The English press covered the story as a “return” of hooliganism, as if the phenomenon had been buried long ago, the front page of the Daily Mail’s sports supplement screaming “Back in the Dark Ages”. As anyone versed in the notorious history of England’s traveling support will know, this was disingenuous. Violence has been a part of the landscape ever since large numbers of Englishmen began following the team abroad in the '80s: Sardinia in the 1990 World Cup, Marseille in the 1998 World Cup, Algarve during the 2004 Euro, and so on. Likewise, the specialists who have worriedly tracked the emergence of novel forms of hooliganism in Russia, animated in certain instances by far-right ultranationalists who circulate in Vladimir Putin’s orbit, were little surprised by the eruption of highly-trained and exceptionally violent Russians bent on creating havoc in France. Before the tournament, Russian police neglected to share much information about problem supporters with the French police services charged with monitoring hooliganism (a source within the French police told Le Monde that the Russians provided a watch list counting only 40 people; in comparison, Switzerland communicated 20 times as many names). The Kremlin even formally protested the arrest of Russian nationals involved in the fighting, arguing they had been provoked. All troubling evidence that Russia’s long geopolitical hand casts one of the shadows darkening football today. For fans planning to travel to Russia for the World Cup in 2018, have a nice trip.

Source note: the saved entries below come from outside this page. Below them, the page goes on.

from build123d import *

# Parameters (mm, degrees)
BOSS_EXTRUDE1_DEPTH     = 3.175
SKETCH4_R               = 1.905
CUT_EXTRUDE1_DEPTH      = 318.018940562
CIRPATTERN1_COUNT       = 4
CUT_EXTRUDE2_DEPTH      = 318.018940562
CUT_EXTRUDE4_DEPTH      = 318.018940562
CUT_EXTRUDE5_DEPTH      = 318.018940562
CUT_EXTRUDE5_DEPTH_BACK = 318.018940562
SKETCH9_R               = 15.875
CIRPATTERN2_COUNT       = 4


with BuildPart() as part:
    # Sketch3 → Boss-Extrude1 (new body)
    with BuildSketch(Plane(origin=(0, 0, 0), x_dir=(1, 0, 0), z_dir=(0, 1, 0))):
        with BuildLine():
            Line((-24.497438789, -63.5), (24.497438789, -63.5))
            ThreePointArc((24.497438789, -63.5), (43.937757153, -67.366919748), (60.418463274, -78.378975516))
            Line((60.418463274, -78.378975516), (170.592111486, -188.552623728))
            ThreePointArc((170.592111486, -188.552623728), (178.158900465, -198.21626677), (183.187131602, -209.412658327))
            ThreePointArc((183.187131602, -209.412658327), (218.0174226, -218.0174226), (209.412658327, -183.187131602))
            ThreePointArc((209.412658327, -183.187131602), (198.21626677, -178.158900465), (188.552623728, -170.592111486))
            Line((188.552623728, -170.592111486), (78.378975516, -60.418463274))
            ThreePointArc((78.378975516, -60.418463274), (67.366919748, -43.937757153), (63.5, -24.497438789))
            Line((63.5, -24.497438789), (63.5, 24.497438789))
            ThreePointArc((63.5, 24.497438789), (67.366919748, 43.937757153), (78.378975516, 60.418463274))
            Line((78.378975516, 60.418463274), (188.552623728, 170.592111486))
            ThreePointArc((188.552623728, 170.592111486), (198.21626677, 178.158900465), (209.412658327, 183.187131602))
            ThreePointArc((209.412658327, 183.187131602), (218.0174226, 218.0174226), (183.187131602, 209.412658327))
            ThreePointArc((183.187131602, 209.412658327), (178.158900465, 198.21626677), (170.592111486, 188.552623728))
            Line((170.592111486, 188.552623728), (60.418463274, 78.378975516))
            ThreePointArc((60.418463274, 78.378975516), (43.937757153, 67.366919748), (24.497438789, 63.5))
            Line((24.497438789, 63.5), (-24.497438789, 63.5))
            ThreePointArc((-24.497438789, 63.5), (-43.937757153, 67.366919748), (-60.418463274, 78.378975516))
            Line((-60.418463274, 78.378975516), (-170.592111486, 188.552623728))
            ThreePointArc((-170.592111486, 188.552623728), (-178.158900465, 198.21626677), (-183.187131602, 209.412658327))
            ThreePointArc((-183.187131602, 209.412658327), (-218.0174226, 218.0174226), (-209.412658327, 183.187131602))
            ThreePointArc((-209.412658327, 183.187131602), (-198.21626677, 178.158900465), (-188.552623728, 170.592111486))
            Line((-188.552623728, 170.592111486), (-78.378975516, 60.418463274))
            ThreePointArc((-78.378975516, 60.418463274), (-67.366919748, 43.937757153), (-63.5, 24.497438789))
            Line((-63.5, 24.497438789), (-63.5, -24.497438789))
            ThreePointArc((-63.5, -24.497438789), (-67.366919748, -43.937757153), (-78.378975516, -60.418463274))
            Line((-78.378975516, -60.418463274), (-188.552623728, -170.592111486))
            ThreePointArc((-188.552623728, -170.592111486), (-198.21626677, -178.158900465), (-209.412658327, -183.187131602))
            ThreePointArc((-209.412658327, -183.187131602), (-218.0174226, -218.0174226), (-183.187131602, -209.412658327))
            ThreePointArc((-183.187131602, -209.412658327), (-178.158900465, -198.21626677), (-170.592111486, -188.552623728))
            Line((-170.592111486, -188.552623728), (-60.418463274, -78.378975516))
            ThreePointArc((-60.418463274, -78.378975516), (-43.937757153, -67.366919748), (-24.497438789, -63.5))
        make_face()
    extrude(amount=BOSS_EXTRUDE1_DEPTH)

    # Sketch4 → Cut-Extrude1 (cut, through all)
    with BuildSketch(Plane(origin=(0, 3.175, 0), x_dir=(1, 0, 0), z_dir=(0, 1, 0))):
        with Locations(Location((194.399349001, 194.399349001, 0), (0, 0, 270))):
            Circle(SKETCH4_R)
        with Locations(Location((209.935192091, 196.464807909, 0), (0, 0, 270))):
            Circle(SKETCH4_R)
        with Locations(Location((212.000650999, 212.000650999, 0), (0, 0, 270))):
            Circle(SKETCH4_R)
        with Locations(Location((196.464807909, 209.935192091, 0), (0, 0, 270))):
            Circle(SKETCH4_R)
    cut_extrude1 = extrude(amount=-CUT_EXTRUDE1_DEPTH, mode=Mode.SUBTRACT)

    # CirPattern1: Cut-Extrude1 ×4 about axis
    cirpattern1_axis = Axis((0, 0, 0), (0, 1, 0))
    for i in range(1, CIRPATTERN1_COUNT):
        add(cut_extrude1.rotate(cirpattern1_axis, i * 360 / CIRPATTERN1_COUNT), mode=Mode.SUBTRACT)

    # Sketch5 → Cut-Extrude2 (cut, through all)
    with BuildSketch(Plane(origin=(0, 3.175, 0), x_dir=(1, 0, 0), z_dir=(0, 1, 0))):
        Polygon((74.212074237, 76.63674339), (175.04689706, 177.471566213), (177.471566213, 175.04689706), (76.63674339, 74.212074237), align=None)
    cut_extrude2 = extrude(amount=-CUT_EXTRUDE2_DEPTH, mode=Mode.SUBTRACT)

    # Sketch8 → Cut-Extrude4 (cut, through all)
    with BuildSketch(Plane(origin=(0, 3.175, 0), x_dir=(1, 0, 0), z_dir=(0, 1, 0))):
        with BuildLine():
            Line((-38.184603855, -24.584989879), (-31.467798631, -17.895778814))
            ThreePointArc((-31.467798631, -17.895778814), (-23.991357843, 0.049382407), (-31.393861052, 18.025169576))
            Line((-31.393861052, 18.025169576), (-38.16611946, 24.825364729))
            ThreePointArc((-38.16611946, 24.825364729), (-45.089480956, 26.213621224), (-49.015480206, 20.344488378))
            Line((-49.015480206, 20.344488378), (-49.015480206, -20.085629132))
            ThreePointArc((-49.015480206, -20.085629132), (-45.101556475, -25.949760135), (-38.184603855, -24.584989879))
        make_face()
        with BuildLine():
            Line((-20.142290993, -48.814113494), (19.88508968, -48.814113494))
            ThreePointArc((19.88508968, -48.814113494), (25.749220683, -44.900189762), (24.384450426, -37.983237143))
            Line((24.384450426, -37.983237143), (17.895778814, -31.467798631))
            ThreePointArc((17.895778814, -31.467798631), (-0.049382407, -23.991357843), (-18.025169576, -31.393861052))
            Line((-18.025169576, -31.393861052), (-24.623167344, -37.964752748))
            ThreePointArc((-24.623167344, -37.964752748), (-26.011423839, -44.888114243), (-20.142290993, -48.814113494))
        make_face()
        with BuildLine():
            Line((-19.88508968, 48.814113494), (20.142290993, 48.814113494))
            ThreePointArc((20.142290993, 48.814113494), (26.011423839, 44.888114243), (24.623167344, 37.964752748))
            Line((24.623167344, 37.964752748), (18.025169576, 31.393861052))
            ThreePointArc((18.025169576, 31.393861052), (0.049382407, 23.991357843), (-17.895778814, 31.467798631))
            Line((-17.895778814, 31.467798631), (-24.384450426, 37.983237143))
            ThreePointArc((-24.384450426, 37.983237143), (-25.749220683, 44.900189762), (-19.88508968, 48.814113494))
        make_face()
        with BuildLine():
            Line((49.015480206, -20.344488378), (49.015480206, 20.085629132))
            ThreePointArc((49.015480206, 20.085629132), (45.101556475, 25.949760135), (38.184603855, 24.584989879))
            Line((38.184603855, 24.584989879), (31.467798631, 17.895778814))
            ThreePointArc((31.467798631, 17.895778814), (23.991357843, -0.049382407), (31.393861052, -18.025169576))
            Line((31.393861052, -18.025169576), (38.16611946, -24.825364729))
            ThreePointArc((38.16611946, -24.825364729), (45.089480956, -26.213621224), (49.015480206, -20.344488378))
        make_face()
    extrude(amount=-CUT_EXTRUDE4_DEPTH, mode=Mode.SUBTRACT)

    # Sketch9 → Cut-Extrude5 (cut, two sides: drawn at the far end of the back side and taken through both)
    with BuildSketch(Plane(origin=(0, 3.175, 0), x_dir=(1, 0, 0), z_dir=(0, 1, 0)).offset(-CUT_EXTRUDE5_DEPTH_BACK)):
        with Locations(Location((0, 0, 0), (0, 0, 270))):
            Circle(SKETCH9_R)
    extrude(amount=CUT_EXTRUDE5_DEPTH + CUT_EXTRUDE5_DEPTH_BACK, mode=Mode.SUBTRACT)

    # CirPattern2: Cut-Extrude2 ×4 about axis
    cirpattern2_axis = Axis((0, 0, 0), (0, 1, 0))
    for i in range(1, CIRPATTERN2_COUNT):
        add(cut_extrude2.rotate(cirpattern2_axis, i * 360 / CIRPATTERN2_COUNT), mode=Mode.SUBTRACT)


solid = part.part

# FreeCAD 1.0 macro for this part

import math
import FreeCAD as App
import Part
import Sketcher
Q = App.Units.Quantity


def add_polygon(sketch, points):
    """Adds a closed chain of lines whose ends are joined by coincident constraints."""
    first, n = sketch.GeometryCount, len(points)
    for a, b in zip(points, points[1:] + points[:1]):
        sketch.addGeometry(Part.LineSegment(App.Vector(*a, 0), App.Vector(*b, 0)), False)
    for i in range(n):
        sketch.addConstraint(Sketcher.Constraint("Coincident", first + i, 2, first + (i + 1) % n, 1))

doc = App.newDocument("Part")
body = doc.addObject("PartDesign::Body", "Body")

# Sketch on XZ plane
sketch1 = body.newObject("Sketcher::SketchObject", "Sketch")
sketch1.AttachmentSupport = (doc.getObject("XZ_Plane"), [""])
sketch1.MapMode = "FlatFace"
sketch1.addGeometry([
    Part.LineSegment(App.Vector(-24.497439, 63.5, 0), App.Vector(24.497439, 63.5, 0)),  # 0
    Part.ArcOfCircle(Part.Circle(App.Vector(24.497439, 114.3, 0), App.Vector(0, 0, 1), 50.8), math.radians(-90), math.radians(-45)),  # 1
    Part.LineSegment(App.Vector(60.418463, 78.378976, 0), App.Vector(170.592111, 188.552624, 0)),  # 2
    Part.ArcOfCircle(Part.Circle(App.Vector(134.671087, 224.473648, 0), App.Vector(0, 0, 1), 50.8), math.radians(-45), math.radians(-17.246077)),  # 3
    Part.ArcOfCircle(Part.Circle(App.Vector(203.2, 203.2, 0), App.Vector(0, 0, 1), 20.955), math.radians(-72.753923), math.radians(162.753923)),  # 4
    Part.ArcOfCircle(Part.Circle(App.Vector(224.473648, 134.671087, 0), App.Vector(0, 0, 1), 50.8), math.radians(107.246077), math.radians(135)),  # 5
    Part.LineSegment(App.Vector(188.552624, 170.592111, 0), App.Vector(78.378976, 60.418463, 0)),  # 6
    Part.ArcOfCircle(Part.Circle(App.Vector(114.3, 24.497439, 0), App.Vector(0, 0, 1), 50.8), math.radians(135), math.radians(180)),  # 7
    Part.LineSegment(App.Vector(63.5, 24.497439, 0), App.Vector(63.5, -24.497439, 0)),  # 8
    Part.ArcOfCircle(Part.Circle(App.Vector(114.3, -24.497439, 0), App.Vector(0, 0, 1), 50.8), math.radians(180), math.radians(225)),  # 9
    Part.LineSegment(App.Vector(78.378976, -60.418463, 0), App.Vector(188.552624, -170.592111, 0)),  # 10
    Part.ArcOfCircle(Part.Circle(App.Vector(224.473648, -134.671087, 0), App.Vector(0, 0, 1), 50.8), math.radians(-135), math.radians(-107.246077)),  # 11
    Part.ArcOfCircle(Part.Circle(App.Vector(203.2, -203.2, 0), App.Vector(0, 0, 1), 20.955), math.radians(-162.753923), math.radians(72.753923)),  # 12
    Part.ArcOfCircle(Part.Circle(App.Vector(134.671087, -224.473648, 0), App.Vector(0, 0, 1), 50.8), math.radians(17.246077), math.radians(45)),  # 13
    Part.LineSegment(App.Vector(170.592111, -188.552624, 0), App.Vector(60.418463, -78.378976, 0)),  # 14
    Part.ArcOfCircle(Part.Circle(App.Vector(24.497439, -114.3, 0), App.Vector(0, 0, 1), 50.8), math.radians(45), math.radians(90)),  # 15
    Part.LineSegment(App.Vector(24.497439, -63.5, 0), App.Vector(-24.497439, -63.5, 0)),  # 16
    Part.ArcOfCircle(Part.Circle(App.Vector(-24.497439, -114.3, 0), App.Vector(0, 0, 1), 50.8), math.radians(90), math.radians(135)),  # 17
    Part.LineSegment(App.Vector(-60.418463, -78.378976, 0), App.Vector(-170.592111, -188.552624, 0)),  # 18
    Part.ArcOfCircle(Part.Circle(App.Vector(-134.671087, -224.473648, 0), App.Vector(0, 0, 1), 50.8), math.radians(135), math.radians(162.753923)),  # 19
    Part.ArcOfCircle(Part.Circle(App.Vector(-203.2, -203.2, 0), App.Vector(0, 0, 1), 20.955), math.radians(107.246077), math.radians(342.753923)),  # 20
    Part.ArcOfCircle(Part.Circle(App.Vector(-224.473648, -134.671087, 0), App.Vector(0, 0, 1), 50.8), math.radians(-72.753923), math.radians(-45)),  # 21
    Part.LineSegment(App.Vector(-188.552624, -170.592111, 0), App.Vector(-78.378976, -60.418463, 0)),  # 22
    Part.ArcOfCircle(Part.Circle(App.Vector(-114.3, -24.497439, 0), App.Vector(0, 0, 1), 50.8), math.radians(-45), math.radians(0)),  # 23
    Part.LineSegment(App.Vector(-63.5, -24.497439, 0), App.Vector(-63.5, 24.497439, 0)),  # 24
    Part.ArcOfCircle(Part.Circle(App.Vector(-114.3, 24.497439, 0), App.Vector(0, 0, 1), 50.8), math.radians(0), math.radians(45)),  # 25
    Part.LineSegment(App.Vector(-78.378976, 60.418463, 0), App.Vector(-188.552624, 170.592111, 0)),  # 26
    Part.ArcOfCircle(Part.Circle(App.Vector(-224.473648, 134.671087, 0), App.Vector(0, 0, 1), 50.8), math.radians(45), math.radians(72.753923)),  # 27
    Part.ArcOfCircle(Part.Circle(App.Vector(-203.2, 203.2, 0), App.Vector(0, 0, 1), 20.955), math.radians(17.246077), math.radians(252.753923)),  # 28
    Part.ArcOfCircle(Part.Circle(App.Vector(-134.671087, 224.473648, 0), App.Vector(0, 0, 1), 50.8), math.radians(-162.753923), math.radians(-135)),  # 29
    Part.LineSegment(App.Vector(-170.592111, 188.552624, 0), App.Vector(-60.418463, 78.378976, 0)),  # 30
    Part.ArcOfCircle(Part.Circle(App.Vector(-24.497439, 114.3, 0), App.Vector(0, 0, 1), 50.8), math.radians(-135), math.radians(-90)),  # 31
], False)
sketch1.addConstraint([
    Sketcher.Constraint("Tangent", 0, 2, 1, 1),
    Sketcher.Constraint("Tangent", 1, 2, 2, 1),
    Sketcher.Constraint("Tangent", 2, 2, 3, 1),
    Sketcher.Constraint("Tangent", 3, 2, 4, 2),
    Sketcher.Constraint("Tangent", 4, 1, 5, 1),
    Sketcher.Constraint("Tangent", 5, 2, 6, 1),
    Sketcher.Constraint("Tangent", 6, 2, 7, 1),
    Sketcher.Constraint("Tangent", 7, 2, 8, 1),
    Sketcher.Constraint("Tangent", 8, 2, 9, 1),
    Sketcher.Constraint("Tangent", 9, 2, 10, 1),
    Sketcher.Constraint("Tangent", 10, 2, 11, 1),
    Sketcher.Constraint("Tangent", 11, 2, 12, 2),
    Sketcher.Constraint("Tangent", 12, 1, 13, 1),
    Sketcher.Constraint("Tangent", 13, 2, 14, 1),
    Sketcher.Constraint("Tangent", 14, 2, 15, 1),
    Sketcher.Constraint("Tangent", 15, 2, 16, 1),
    Sketcher.Constraint("Tangent", 16, 2, 17, 1),
    Sketcher.Constraint("Tangent", 17, 2, 18, 1),
    Sketcher.Constraint("Tangent", 18, 2, 19, 1),
    Sketcher.Constraint("Tangent", 19, 2, 20, 2),
    Sketcher.Constraint("Tangent", 20, 1, 21, 1),
    Sketcher.Constraint("Tangent", 21, 2, 22, 1),
    Sketcher.Constraint("Tangent", 22, 2, 23, 1),
    Sketcher.Constraint("Tangent", 23, 2, 24, 1),
    Sketcher.Constraint("Tangent", 24, 2, 25, 1),
    Sketcher.Constraint("Tangent", 25, 2, 26, 1),
    Sketcher.Constraint("Tangent", 26, 2, 27, 1),
    Sketcher.Constraint("Tangent", 27, 2, 28, 2),
    Sketcher.Constraint("Tangent", 28, 1, 29, 1),
    Sketcher.Constraint("Tangent", 29, 2, 30, 1),
    Sketcher.Constraint("Tangent", 30, 2, 31, 1),
    Sketcher.Constraint("Tangent", 31, 2, 0, 1),
    Sketcher.Constraint("Horizontal", 0),
    Sketcher.Constraint("Vertical", 8),
    Sketcher.Constraint("Horizontal", 16),
    Sketcher.Constraint("Vertical", 24),
    Sketcher.Constraint("Equal", 1, 3),
    Sketcher.Constraint("Equal", 3, 5),
    Sketcher.Constraint("Equal", 5, 7),
    Sketcher.Constraint("Equal", 7, 9),
    Sketcher.Constraint("Equal", 9, 11),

Happily, the tournament returned to the festive norm that has set the Euro apart from other major international sporting events since the '70s. Postwar Europe’s geographical, political, and socioeconomic particularities -- a large number of densely populated countries disposed over a relatively small area, the growth of sizable middle classes with long vacations and disposal income, a dense network of rail and bus lines (and now, low-cost airlines), and the ease with which most Europeans can cross national frontiers have all made it possible for large numbers of supporters to cheer on their teams in person. For the citizens of many of Europe’s smaller nation-states, representing one’s country as a supporter at the Euro has become an especially important means of affirming national identity. To experience hundreds of thousands of Irish and Welsh supporters pacifically celebrating, drinking, and fraternizing is, more than anything else, what makes being in a host country during a Euro so much fun. No one who heard Northern Irish fans sing “Will Grigg’s on Fire” in France this summer will soon forget it.